# Do you remember love?



## marjrc (Jan 13, 2007)

This is a beautiful video, full of inspiration and love. I hope you enjoy viewing it. There are puppies and dogs everywhere! 

http://doyourememberlove.com


----------



## juliav (Nov 21, 2006)

Hey Marj,

You should have mentioned that I would need tissues for this one. What a beautiful and touching video.


----------



## irnfit (Nov 21, 2006)

I saw this once before and it didn't come with a "tissue" warning. It was very touching.


----------



## Laurief (Nov 7, 2006)

Jeez - I made it to the end - then the flood gates opened. I hope all of ours know in their hearts that we will always remember them!!


----------



## radar_jones (May 6, 2007)

Oh Jeez I watched that video and I nearly Broke down.

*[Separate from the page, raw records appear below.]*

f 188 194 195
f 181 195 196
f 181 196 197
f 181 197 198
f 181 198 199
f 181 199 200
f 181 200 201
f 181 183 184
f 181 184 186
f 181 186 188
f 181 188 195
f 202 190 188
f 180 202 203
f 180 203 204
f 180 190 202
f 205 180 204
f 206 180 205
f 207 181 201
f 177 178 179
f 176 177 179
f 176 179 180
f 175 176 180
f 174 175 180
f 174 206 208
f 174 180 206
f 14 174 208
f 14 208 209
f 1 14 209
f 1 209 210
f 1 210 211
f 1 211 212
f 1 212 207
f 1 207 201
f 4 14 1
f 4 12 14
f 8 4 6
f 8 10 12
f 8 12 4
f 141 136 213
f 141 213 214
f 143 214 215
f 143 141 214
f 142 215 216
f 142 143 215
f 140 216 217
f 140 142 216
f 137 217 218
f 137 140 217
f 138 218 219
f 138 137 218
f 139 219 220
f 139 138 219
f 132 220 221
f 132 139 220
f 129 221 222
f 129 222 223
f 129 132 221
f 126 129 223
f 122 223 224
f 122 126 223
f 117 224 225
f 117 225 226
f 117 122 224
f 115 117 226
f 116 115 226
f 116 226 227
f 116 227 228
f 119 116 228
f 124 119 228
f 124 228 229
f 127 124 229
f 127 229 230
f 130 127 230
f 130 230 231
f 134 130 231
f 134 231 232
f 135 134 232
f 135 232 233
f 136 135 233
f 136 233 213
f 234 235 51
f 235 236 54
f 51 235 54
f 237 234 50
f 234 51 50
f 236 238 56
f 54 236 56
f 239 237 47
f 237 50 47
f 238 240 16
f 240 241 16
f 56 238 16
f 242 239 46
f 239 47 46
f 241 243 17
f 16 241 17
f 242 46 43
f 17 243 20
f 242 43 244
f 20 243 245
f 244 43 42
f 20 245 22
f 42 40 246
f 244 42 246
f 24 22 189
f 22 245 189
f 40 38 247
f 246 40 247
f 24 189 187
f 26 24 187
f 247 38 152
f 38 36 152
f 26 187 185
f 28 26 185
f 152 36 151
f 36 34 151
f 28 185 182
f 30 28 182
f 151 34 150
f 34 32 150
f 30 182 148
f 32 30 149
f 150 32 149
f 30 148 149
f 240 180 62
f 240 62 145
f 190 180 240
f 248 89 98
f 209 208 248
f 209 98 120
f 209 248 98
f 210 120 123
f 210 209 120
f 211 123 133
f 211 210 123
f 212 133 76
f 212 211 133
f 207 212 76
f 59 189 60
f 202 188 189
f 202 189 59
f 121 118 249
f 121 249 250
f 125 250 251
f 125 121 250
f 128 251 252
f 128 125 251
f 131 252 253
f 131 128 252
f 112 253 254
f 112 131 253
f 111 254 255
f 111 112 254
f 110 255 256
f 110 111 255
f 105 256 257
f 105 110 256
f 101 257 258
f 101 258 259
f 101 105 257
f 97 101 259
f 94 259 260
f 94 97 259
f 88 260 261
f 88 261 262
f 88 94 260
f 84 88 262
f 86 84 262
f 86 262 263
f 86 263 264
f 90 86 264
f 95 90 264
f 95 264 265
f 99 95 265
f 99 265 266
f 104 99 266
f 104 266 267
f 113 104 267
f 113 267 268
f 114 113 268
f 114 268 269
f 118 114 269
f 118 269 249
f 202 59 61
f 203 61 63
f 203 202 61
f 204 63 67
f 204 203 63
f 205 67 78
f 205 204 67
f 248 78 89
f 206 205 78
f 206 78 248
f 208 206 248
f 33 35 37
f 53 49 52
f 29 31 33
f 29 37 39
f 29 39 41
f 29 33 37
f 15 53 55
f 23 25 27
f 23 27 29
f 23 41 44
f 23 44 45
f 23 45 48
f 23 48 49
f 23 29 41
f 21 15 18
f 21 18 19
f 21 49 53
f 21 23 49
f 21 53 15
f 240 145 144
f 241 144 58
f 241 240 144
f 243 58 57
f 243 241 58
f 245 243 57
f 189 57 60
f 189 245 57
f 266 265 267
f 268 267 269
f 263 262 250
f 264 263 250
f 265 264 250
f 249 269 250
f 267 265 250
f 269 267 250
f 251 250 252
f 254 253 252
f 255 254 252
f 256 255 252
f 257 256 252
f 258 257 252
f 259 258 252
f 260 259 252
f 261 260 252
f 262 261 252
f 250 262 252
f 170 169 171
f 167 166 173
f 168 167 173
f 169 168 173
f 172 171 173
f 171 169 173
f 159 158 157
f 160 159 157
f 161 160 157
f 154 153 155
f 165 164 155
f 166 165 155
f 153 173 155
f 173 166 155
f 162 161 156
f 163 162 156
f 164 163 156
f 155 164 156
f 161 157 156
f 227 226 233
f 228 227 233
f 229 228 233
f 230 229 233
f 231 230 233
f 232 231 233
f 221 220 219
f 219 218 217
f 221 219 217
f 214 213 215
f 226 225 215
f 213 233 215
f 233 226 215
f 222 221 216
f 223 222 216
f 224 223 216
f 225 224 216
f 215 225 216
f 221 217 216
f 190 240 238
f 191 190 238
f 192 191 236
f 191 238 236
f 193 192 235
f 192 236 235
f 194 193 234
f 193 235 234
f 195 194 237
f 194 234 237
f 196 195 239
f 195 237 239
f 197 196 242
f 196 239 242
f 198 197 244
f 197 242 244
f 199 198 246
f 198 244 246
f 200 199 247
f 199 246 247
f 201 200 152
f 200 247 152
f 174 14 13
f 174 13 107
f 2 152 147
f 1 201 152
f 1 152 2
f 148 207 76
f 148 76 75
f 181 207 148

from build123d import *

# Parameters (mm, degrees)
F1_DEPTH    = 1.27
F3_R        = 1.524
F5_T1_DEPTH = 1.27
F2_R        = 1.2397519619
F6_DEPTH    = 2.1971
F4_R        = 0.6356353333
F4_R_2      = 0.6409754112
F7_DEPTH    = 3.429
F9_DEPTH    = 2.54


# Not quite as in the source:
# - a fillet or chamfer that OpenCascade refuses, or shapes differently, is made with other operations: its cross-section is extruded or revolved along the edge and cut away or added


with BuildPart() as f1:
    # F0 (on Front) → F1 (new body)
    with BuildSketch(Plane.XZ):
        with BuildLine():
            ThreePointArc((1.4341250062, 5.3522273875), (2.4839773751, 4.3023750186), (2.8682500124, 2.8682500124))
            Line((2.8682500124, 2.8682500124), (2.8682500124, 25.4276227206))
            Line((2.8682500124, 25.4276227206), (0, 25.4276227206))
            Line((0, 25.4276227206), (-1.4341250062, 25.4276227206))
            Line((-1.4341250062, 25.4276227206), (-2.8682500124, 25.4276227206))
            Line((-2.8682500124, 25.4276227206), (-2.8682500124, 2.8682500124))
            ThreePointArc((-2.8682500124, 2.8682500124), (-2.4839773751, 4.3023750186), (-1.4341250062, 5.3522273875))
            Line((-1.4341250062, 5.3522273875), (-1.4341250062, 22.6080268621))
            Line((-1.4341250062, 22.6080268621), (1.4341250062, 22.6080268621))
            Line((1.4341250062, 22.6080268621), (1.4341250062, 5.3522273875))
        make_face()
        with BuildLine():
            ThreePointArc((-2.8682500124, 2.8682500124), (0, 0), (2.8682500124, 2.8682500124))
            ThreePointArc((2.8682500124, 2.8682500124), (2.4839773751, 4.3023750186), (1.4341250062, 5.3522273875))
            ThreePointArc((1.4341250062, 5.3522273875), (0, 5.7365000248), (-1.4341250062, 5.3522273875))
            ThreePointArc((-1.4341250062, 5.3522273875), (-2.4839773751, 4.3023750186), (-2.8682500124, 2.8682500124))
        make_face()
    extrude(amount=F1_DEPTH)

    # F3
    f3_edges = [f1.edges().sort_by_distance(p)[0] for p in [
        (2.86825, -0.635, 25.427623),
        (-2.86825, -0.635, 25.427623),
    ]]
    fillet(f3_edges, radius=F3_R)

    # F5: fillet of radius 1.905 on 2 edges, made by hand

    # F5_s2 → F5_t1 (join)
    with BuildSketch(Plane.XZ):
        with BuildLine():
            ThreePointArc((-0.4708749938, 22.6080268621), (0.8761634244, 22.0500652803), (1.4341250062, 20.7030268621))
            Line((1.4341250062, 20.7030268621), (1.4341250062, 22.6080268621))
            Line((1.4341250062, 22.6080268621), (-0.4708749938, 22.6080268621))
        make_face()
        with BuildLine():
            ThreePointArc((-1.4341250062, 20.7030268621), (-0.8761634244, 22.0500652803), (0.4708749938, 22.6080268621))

I feel so bad when you see that stuff that I can't help but grab my little Radar and give him the biggest hug and thank God that I have been blessed with such a wonderful little friend to share stuff with. Great Video.


----------



## Judy A (Jan 13, 2007)

We are visiting my daughter and left our lab at home....she's older, not in the best health and boy.....did this video get to me. We are going home today and it's not soon enough! Great words to live by.....thanks for sharing.


----------